**Goal of the exercise:** Two lines in the data below mark the range: the one with "f 147 145 115" and the one with "f 13 154 155". Return both, along with every line between them, exactly.

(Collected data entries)
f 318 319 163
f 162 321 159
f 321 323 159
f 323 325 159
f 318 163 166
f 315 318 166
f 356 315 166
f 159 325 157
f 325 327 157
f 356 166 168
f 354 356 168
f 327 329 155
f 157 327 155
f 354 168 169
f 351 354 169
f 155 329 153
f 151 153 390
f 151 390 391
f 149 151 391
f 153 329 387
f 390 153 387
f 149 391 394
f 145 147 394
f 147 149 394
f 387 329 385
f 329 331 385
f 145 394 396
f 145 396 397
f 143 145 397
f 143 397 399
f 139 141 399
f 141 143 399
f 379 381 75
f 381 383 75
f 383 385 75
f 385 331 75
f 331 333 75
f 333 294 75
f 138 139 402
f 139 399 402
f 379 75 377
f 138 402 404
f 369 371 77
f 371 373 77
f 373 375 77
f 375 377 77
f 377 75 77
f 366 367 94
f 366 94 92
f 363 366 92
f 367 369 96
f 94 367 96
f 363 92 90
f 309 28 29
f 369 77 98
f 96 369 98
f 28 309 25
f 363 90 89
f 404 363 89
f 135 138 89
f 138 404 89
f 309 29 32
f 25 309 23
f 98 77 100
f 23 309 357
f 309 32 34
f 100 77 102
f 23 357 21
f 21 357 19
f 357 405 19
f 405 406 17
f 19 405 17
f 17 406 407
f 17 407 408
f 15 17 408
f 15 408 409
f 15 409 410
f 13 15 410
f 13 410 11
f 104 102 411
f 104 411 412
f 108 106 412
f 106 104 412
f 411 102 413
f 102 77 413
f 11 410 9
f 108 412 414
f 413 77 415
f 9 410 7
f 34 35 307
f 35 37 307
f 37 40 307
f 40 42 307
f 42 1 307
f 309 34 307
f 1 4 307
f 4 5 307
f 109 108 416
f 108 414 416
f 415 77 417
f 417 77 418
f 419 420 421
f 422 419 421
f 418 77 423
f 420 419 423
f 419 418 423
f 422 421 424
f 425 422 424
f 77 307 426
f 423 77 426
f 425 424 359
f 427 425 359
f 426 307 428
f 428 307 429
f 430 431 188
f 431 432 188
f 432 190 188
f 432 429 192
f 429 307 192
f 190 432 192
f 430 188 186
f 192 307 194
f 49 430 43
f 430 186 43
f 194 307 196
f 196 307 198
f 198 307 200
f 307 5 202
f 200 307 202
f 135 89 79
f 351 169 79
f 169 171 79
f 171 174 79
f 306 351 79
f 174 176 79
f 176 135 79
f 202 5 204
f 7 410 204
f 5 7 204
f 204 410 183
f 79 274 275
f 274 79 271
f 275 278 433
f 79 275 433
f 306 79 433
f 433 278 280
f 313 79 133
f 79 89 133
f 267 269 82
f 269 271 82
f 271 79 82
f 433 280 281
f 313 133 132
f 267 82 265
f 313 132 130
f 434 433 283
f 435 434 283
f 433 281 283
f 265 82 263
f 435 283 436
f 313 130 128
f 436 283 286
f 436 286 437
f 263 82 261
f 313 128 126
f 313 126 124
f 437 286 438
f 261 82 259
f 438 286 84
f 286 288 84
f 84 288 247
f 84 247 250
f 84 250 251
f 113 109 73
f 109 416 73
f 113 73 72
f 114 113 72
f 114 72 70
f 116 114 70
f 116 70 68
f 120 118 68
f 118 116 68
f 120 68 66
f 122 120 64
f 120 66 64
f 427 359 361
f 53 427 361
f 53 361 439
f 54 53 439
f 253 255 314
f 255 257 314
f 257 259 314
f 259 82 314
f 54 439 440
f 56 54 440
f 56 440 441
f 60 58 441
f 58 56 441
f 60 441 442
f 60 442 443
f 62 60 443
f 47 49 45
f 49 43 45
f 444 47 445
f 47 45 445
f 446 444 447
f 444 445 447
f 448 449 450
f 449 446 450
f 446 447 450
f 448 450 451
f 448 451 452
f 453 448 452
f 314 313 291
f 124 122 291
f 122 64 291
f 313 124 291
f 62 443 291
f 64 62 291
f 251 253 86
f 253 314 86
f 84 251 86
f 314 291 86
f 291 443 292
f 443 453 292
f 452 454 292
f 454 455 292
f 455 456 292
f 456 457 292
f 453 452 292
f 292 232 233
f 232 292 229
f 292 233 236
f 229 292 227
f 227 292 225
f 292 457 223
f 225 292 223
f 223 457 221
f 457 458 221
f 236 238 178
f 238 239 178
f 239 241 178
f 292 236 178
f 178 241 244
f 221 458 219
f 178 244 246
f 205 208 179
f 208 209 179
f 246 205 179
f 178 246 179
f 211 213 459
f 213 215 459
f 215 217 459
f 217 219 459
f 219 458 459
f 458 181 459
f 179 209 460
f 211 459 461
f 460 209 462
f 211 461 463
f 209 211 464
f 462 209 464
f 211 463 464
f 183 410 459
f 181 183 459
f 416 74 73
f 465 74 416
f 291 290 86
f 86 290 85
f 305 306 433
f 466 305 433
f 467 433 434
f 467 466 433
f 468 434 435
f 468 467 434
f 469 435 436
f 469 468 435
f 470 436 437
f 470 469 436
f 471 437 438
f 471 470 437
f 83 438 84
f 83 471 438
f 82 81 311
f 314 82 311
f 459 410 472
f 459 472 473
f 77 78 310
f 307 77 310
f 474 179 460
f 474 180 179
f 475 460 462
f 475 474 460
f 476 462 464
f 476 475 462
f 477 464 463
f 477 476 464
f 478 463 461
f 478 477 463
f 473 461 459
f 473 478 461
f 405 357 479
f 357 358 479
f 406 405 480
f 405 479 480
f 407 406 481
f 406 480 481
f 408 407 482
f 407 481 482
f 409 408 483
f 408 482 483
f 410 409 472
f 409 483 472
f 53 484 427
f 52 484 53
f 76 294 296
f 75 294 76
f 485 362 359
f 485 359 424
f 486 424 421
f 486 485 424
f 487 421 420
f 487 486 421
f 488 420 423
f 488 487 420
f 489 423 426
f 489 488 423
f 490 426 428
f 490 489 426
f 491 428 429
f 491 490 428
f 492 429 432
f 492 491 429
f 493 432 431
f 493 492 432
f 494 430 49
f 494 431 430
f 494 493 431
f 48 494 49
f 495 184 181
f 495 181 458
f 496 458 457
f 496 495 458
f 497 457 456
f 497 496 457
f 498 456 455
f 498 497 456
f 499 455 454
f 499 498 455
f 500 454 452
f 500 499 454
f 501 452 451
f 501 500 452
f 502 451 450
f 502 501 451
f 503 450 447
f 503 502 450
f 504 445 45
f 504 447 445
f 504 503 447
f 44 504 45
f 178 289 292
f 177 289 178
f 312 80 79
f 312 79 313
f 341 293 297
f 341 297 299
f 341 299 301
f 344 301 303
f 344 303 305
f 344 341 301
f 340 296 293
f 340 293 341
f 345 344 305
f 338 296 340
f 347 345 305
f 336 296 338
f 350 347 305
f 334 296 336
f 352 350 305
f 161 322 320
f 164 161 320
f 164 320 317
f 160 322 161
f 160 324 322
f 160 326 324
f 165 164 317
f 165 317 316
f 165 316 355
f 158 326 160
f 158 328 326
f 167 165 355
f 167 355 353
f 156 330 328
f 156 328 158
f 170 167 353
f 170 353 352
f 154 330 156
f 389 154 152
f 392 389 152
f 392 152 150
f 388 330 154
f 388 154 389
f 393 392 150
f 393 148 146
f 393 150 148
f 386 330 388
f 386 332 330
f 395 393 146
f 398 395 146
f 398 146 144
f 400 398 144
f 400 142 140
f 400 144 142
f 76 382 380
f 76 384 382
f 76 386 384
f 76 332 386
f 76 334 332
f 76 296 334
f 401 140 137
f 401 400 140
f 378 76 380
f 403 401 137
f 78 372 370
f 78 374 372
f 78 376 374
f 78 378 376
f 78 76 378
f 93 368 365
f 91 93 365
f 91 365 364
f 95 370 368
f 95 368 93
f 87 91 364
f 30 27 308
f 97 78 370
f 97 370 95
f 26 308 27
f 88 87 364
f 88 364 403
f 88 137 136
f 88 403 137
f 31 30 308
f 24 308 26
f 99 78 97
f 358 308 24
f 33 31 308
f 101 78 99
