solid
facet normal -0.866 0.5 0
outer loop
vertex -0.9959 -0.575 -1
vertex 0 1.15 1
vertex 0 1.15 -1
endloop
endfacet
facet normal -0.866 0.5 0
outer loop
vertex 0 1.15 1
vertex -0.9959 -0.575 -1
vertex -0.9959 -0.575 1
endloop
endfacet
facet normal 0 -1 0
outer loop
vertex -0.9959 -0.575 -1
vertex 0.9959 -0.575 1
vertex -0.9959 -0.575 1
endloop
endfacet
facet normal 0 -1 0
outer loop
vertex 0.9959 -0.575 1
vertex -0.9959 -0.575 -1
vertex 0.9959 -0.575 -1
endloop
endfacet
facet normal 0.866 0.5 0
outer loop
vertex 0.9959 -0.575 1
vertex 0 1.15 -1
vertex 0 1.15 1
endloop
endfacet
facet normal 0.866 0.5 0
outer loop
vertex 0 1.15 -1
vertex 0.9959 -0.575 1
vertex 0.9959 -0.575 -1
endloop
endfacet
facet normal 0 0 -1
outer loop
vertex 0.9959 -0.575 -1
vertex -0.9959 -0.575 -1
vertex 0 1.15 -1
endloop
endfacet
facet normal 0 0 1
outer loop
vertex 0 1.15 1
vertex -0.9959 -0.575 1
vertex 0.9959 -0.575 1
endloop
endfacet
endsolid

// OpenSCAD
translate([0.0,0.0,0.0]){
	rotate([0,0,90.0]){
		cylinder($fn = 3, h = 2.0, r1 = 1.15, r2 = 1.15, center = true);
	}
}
---
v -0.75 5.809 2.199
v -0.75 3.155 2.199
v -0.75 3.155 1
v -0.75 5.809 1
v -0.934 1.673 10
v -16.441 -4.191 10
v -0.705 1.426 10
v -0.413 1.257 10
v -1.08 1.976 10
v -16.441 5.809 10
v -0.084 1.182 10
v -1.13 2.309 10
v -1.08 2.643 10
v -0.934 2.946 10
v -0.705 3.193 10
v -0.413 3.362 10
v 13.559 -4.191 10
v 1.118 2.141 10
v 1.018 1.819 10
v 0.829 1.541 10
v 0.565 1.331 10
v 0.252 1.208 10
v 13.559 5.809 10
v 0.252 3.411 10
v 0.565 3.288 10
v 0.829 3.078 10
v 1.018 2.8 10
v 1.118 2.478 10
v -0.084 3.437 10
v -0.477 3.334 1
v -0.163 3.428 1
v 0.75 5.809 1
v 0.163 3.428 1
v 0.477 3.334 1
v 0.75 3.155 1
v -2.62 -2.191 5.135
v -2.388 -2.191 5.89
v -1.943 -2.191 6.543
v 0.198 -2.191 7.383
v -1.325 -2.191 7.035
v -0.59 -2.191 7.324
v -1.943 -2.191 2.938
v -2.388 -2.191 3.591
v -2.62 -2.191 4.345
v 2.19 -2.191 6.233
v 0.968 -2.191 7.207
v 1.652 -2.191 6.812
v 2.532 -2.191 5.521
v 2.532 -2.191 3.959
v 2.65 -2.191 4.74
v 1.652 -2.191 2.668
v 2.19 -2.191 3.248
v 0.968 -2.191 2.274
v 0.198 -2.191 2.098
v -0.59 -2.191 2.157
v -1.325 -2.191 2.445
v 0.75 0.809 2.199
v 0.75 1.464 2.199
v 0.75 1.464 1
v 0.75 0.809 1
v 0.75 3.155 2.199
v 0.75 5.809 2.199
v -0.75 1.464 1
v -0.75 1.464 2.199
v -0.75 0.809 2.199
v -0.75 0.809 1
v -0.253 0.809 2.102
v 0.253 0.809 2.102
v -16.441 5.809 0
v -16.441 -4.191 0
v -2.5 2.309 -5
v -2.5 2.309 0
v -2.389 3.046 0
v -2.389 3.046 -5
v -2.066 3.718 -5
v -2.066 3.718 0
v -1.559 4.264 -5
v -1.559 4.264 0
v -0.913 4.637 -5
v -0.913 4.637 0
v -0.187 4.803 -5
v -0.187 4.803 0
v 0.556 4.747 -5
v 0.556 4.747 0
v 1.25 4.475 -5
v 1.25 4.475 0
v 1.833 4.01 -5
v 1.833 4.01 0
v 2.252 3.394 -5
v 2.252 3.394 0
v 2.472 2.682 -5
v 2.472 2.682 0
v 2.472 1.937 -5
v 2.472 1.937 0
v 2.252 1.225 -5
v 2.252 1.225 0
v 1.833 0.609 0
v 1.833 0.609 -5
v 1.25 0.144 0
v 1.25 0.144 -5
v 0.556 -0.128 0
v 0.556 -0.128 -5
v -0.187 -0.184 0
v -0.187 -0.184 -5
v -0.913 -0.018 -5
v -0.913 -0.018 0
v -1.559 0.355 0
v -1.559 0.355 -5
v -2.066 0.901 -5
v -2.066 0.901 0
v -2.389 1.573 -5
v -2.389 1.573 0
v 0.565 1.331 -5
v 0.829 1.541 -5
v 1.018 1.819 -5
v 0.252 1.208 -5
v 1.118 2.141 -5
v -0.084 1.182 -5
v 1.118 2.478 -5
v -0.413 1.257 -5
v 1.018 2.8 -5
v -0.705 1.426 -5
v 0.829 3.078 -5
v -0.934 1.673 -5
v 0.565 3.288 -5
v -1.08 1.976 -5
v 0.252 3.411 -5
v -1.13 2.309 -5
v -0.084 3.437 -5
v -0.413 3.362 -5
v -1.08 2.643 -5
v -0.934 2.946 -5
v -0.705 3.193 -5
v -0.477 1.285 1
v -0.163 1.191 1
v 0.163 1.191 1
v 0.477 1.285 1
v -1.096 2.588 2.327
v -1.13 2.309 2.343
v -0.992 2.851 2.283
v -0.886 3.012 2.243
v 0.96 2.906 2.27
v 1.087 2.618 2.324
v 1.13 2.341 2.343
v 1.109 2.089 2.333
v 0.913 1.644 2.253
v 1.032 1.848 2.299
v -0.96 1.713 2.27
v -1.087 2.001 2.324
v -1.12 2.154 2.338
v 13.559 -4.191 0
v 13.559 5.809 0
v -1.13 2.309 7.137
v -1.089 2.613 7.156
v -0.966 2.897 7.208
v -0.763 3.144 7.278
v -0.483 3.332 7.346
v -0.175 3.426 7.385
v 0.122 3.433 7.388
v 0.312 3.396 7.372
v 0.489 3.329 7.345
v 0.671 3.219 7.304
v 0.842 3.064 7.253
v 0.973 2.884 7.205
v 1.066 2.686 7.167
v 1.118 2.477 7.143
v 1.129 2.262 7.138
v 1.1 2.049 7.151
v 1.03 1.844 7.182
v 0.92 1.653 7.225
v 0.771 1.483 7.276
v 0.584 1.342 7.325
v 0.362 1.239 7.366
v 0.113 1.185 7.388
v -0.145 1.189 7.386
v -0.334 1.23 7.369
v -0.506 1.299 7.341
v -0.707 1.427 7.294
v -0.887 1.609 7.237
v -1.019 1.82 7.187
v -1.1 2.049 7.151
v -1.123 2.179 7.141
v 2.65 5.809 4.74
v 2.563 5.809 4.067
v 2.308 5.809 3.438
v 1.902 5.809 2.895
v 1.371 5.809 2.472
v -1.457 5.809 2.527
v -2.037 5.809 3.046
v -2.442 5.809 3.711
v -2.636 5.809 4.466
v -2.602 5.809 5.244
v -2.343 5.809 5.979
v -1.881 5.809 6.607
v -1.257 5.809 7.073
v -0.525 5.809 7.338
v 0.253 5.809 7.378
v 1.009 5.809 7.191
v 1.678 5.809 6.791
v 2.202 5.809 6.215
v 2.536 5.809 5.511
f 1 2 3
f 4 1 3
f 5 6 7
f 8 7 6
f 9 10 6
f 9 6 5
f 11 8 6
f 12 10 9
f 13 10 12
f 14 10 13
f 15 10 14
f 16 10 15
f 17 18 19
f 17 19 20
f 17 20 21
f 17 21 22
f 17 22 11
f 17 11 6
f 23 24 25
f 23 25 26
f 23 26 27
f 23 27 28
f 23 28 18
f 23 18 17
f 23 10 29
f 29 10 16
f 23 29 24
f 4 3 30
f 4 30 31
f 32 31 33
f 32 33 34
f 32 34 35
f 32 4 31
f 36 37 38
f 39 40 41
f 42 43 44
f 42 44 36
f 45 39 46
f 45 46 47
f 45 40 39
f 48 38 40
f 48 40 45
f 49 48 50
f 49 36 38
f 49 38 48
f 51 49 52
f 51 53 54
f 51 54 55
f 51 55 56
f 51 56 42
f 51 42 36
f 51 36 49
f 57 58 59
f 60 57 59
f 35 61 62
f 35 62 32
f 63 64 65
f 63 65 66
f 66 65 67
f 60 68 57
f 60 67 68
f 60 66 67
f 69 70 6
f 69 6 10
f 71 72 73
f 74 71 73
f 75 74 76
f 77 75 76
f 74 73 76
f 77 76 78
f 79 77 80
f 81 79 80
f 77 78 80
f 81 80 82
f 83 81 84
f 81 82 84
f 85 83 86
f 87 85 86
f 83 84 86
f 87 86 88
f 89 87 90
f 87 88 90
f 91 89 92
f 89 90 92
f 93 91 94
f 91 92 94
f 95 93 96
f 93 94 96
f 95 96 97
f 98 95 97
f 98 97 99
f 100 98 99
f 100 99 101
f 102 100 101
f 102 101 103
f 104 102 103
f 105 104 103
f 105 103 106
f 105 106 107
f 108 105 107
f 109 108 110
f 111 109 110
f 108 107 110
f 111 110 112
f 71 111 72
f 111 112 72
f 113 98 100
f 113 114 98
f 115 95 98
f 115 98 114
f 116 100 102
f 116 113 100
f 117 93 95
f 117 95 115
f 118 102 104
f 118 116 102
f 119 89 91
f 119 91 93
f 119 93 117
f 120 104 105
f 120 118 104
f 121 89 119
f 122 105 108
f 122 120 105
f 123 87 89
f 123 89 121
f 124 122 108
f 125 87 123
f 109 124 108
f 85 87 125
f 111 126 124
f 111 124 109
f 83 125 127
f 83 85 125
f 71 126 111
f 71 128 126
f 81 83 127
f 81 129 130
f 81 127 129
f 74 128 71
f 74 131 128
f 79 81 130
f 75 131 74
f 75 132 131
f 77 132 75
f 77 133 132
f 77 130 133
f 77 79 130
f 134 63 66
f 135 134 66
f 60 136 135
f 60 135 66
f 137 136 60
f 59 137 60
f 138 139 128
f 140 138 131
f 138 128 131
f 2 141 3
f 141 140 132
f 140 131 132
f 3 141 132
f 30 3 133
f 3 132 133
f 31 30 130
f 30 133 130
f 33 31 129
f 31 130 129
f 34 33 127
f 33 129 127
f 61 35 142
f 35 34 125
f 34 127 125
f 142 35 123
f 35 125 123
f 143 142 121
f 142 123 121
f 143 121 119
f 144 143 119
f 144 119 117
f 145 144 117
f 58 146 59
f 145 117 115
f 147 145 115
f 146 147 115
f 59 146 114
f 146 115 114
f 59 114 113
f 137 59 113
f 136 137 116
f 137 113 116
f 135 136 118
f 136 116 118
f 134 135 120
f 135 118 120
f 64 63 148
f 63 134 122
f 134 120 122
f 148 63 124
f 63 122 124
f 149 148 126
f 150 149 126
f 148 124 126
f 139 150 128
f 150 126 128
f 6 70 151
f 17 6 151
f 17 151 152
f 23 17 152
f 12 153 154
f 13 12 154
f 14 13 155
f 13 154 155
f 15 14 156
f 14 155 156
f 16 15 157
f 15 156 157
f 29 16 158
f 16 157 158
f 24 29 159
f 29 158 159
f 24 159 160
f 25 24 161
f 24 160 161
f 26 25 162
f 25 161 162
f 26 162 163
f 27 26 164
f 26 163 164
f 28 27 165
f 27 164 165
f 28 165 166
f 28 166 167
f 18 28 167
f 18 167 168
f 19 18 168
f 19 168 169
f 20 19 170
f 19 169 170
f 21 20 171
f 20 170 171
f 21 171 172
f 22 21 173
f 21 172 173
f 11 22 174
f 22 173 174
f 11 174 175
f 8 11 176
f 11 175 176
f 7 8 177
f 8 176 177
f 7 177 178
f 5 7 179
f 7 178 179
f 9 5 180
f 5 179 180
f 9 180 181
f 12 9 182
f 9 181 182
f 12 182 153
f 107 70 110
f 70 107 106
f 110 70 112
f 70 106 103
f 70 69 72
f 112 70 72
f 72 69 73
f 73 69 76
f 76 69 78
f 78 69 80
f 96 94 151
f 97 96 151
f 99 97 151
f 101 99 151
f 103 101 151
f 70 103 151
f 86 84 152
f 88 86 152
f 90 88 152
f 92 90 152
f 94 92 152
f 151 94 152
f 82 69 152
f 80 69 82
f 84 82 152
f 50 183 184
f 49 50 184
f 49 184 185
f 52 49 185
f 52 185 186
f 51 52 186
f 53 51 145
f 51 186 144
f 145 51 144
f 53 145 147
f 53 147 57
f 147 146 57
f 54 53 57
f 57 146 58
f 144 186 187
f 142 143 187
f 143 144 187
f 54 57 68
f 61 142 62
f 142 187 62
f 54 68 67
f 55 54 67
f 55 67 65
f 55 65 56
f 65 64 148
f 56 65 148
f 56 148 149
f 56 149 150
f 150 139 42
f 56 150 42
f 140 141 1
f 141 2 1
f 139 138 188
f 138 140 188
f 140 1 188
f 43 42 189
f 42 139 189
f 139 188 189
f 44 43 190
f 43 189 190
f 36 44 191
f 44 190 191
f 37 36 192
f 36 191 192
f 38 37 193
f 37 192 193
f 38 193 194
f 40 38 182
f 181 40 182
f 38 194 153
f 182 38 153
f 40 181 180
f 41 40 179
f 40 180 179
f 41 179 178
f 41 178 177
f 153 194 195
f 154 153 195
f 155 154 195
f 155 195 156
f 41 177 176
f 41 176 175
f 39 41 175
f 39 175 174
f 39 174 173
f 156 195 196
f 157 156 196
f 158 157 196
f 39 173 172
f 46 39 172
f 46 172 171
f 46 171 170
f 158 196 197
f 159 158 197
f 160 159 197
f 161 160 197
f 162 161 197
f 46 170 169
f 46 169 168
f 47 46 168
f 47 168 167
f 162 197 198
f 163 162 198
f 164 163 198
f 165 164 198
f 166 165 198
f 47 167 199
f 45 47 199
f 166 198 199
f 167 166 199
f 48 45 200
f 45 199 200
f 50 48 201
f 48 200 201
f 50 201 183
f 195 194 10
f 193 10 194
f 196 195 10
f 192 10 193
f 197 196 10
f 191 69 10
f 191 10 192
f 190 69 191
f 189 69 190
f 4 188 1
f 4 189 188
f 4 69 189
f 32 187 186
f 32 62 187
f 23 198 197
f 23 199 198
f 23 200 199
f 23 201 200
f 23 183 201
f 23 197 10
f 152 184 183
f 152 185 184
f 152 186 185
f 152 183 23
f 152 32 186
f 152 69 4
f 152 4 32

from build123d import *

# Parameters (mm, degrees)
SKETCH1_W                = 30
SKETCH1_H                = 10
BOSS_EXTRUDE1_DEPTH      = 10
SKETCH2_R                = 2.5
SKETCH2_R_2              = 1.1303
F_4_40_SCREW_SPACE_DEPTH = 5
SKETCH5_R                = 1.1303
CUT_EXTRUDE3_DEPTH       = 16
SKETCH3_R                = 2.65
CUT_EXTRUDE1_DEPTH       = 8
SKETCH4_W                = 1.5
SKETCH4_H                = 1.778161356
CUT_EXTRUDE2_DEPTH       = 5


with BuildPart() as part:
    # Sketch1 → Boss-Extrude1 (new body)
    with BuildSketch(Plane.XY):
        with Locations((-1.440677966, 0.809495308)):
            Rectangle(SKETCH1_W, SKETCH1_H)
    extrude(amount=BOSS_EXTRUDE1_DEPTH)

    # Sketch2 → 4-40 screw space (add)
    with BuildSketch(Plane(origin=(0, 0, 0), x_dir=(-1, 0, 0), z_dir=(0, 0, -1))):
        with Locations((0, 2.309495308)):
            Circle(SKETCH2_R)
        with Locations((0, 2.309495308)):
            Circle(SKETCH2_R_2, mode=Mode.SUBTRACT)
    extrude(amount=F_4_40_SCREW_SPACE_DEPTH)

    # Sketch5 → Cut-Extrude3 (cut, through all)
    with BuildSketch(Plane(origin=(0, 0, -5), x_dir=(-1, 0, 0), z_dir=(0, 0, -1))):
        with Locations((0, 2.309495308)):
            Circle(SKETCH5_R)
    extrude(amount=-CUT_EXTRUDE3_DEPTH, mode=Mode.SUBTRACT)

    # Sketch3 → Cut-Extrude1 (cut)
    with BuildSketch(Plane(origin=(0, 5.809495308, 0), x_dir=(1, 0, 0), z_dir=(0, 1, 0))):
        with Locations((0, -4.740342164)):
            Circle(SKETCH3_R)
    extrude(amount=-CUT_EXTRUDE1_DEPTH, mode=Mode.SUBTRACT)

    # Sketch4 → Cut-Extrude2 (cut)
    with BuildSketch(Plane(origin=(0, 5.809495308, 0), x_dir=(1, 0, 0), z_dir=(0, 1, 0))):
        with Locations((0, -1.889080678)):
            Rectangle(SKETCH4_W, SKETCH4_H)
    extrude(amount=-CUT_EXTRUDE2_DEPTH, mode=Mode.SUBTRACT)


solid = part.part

**Result:**
f 147 145 115
f 146 147 115
f 59 146 114
f 146 115 114
f 59 114 113
f 137 59 113
f 136 137 116
f 137 113 116
f 135 136 118
f 136 116 118
f 134 135 120
f 135 118 120
f 64 63 148
f 63 134 122
f 134 120 122
f 148 63 124
f 63 122 124
f 149 148 126
f 150 149 126
f 148 124 126
f 139 150 128
f 150 126 128
f 6 70 151
f 17 6 151
f 17 151 152
f 23 17 152
f 12 153 154
f 13 12 154
f 14 13 155
f 13 154 155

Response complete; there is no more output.